··· RECORDS SUPPLIED ···
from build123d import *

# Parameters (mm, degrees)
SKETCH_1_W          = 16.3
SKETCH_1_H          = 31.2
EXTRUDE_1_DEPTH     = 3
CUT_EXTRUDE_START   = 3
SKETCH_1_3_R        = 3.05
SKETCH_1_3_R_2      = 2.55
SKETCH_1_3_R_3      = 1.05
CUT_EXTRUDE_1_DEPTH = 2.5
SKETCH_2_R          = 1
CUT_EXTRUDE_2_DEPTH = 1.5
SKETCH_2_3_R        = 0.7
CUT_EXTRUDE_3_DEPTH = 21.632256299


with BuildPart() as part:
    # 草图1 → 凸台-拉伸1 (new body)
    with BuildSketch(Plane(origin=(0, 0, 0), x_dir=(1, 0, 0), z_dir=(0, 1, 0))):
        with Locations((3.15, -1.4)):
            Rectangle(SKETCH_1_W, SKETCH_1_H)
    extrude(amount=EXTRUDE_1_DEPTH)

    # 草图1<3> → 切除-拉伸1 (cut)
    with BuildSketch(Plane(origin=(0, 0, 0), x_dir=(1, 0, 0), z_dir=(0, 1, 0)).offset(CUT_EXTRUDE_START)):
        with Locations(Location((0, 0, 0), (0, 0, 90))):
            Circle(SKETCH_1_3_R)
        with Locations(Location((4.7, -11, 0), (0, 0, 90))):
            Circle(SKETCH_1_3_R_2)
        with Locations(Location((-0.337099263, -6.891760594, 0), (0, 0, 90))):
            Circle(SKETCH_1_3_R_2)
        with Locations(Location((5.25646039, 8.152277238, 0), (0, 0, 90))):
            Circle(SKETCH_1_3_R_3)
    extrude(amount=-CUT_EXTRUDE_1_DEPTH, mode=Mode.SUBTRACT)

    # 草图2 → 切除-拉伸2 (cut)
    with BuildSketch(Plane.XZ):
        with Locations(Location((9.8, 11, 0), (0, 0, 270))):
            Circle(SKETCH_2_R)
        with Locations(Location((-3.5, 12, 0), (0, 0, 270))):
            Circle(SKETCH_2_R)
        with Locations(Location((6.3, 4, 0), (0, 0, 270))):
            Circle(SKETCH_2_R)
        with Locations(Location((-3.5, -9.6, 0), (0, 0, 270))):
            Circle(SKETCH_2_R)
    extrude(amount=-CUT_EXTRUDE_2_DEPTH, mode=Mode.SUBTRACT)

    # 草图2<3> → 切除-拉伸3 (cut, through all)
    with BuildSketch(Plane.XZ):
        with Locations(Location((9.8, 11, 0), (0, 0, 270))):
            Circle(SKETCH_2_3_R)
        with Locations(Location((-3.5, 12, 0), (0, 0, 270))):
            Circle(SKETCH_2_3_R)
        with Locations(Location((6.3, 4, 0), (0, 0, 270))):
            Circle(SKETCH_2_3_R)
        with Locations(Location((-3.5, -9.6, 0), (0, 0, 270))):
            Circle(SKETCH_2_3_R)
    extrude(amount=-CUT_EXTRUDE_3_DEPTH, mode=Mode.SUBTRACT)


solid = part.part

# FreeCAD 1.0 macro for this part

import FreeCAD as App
import Part
import Sketcher

doc = App.newDocument("Part")
body = doc.addObject("PartDesign::Body", "Body")

# Sketch on XZ plane
sketch1 = body.newObject("Sketcher::SketchObject", "Sketch")
sketch1.AttachmentSupport = (doc.getObject("XZ_Plane"), [""])
sketch1.MapMode = "FlatFace"
sketch1.addGeometry([
    Part.LineSegment(App.Vector(-5, -14, 0), App.Vector(-5, 17, 0)),
    Part.LineSegment(App.Vector(-5, 17, 0), App.Vector(11, 17, 0)),
    Part.LineSegment(App.Vector(11, 17, 0), App.Vector(11, -14, 0)),
    Part.LineSegment(App.Vector(11, -14, 0), App.Vector(-5, -14, 0)),
], False)
sketch1.addConstraint([
    Sketcher.Constraint("Coincident", 0, 2, 1, 1),
    Sketcher.Constraint("Coincident", 1, 2, 2, 1),
    Sketcher.Constraint("Coincident", 2, 2, 3, 1),
    Sketcher.Constraint("Coincident", 3, 2, 0, 1),
    Sketcher.Constraint("Vertical", 0),
    Sketcher.Constraint("Horizontal", 1),
    Sketcher.Constraint("Vertical", 2),
    Sketcher.Constraint("Horizontal", 3),
    Sketcher.Constraint("DistanceX", 1, 1, 1, 2, 16.3),
    Sketcher.Constraint("DistanceY", 0, 1, 0, 2, 31.2),
    Sketcher.Constraint("DistanceX", 0, 2, -1, 1, 5.0),
    Sketcher.Constraint("DistanceY", -1, 1, 0, 2, 17.0),
])
pad1 = body.newObject("PartDesign::Pad", "Pad")
pad1.Profile = sketch1
pad1.Length = 3
pad1.Reversed = True

# Sketch on XZ plane
sketch2 = body.newObject("Sketcher::SketchObject", "Sketch001")
sketch2.AttachmentSupport = (doc.getObject("XZ_Plane"), [""])
sketch2.MapMode = "FlatFace"
sketch2.AttachmentOffset = App.Placement(App.Vector(0, 0, -3), App.Rotation())
sketch2.addGeometry([
    Part.Circle(App.Vector(0, 0, 0), App.Vector(0, 0, 1), 3),
    Part.Circle(App.Vector(4.7, 11, 0), App.Vector(0, 0, 1), 2.5),
    Part.Circle(App.Vector(-0.3, 6.9, 0), App.Vector(0, 0, 1), 2.5),
    Part.Circle(App.Vector(5.3, -8.2, 0), App.Vector(0, 0, 1), 1.1),
], False)
sketch2.addConstraint([
    Sketcher.Constraint("Coincident", 0, 3, -1, 1),
    Sketcher.Constraint("Equal", 1, 2),
    Sketcher.Constraint("Diameter", 0, 6.1),
    Sketcher.Constraint("Diameter", 1, 5.1),
    Sketcher.Constraint("Diameter", 3, 2.1),
    Sketcher.Constraint("DistanceY", -1, 1, 1, 3, 11.0),
    Sketcher.Constraint("DistanceX", -1, 1, 1, 3, 4.7),
    Sketcher.Constraint("DistanceX", 2, 3, -1, 1, 0.337099),
    Sketcher.Constraint("DistanceY", -1, 1, 2, 3, 6.891761),
    Sketcher.Constraint("DistanceX", -1, 1, 3, 3, 5.25646),
    Sketcher.Constraint("DistanceY", 3, 3, -1, 1, 8.152277),
])
pocket1 = body.newObject("PartDesign::Pocket", "Pocket")
pocket1.Profile = sketch2
pocket1.Length = 2.5
pocket1.Reversed = True

# Sketch on XZ plane
sketch3 = body.newObject("Sketcher::SketchObject", "Sketch002")
sketch3.AttachmentSupport = (doc.getObject("XZ_Plane"), [""])
sketch3.MapMode = "FlatFace"
sketch3.addGeometry([
    Part.Circle(App.Vector(9.8, 11, 0), App.Vector(0, 0, 1), 1),
    Part.Circle(App.Vector(-3.5, 12, 0), App.Vector(0, 0, 1), 1),
    Part.Circle(App.Vector(6.3, 4, 0), App.Vector(0, 0, 1), 1),
    Part.Circle(App.Vector(-3.5, -9.6, 0), App.Vector(0, 0, 1), 1),
], False)
sketch3.addConstraint([
    Sketcher.Constraint("Equal", 0, 1),
    Sketcher.Constraint("Equal", 1, 2),
    Sketcher.Constraint("Equal", 2, 3),
    Sketcher.Constraint("Vertical", 1, 3, 3, 3),
    Sketcher.Constraint("Diameter", 0, 2.0),
    Sketcher.Constraint("DistanceY", -1, 1, 0, 3, 11.0),
    Sketcher.Constraint("DistanceY", -1, 1, 1, 3, 12.0),
    Sketcher.Constraint("DistanceY", -1, 1, 2, 3, 4.0),
    Sketcher.Constraint("DistanceX", -1, 1, 0, 3, 9.8),
    Sketcher.Constraint("DistanceX", 1, 3, -1, 1, 3.5),
    Sketcher.Constraint("DistanceX", -1, 1, 2, 3, 6.3),
    Sketcher.Constraint("DistanceY", 3, 3, -1, 1, 9.6),
])
pocket2 = body.newObject("PartDesign::Pocket", "Pocket001")
pocket2.Profile = sketch3
pocket2.Length = 1.5

# Sketch on XZ plane
sketch4 = body.newObject("Sketcher::SketchObject", "Sketch003")
sketch4.AttachmentSupport = (doc.getObject("XZ_Plane"), [""])
sketch4.MapMode = "FlatFace"
sketch4.addGeometry([
    Part.Circle(App.Vector(9.8, 11, 0), App.Vector(0, 0, 1), 0.7),
    Part.Circle(App.Vector(-3.5, 12, 0), App.Vector(0, 0, 1), 0.7),
    Part.Circle(App.Vector(6.3, 4, 0), App.Vector(0, 0, 1), 0.7),
    Part.Circle(App.Vector(-3.5, -9.6, 0), App.Vector(0, 0, 1), 0.7),
], False)
sketch4.addConstraint([
    Sketcher.Constraint("Equal", 0, 1),
    Sketcher.Constraint("Equal", 1, 2),
    Sketcher.Constraint("Equal", 2, 3),
    Sketcher.Constraint("Vertical", 1, 3, 3, 3),
    Sketcher.Constraint("Diameter", 0, 1.4),
    Sketcher.Constraint("DistanceY", -1, 1, 0, 3, 11.0),
    Sketcher.Constraint("DistanceY", -1, 1, 1, 3, 12.0),
    Sketcher.Constraint("DistanceY", -1, 1, 2, 3, 4.0),
    Sketcher.Constraint("DistanceX", -1, 1, 0, 3, 9.8),
    Sketcher.Constraint("DistanceX", 1, 3, -1, 1, 3.5),
    Sketcher.Constraint("DistanceX", -1, 1, 2, 3, 6.3),
    Sketcher.Constraint("DistanceY", 3, 3, -1, 1, 9.6),
])
pocket3 = body.newObject("PartDesign::Pocket", "Pocket002")
pocket3.Profile = sketch4
pocket3.Type = "ThroughAll"

doc.recompute()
···
## PROBLEM
Your answer should be one number: how many lines above contain "SUBTRACT".

## ANSWER TO THIS EXERCISE
3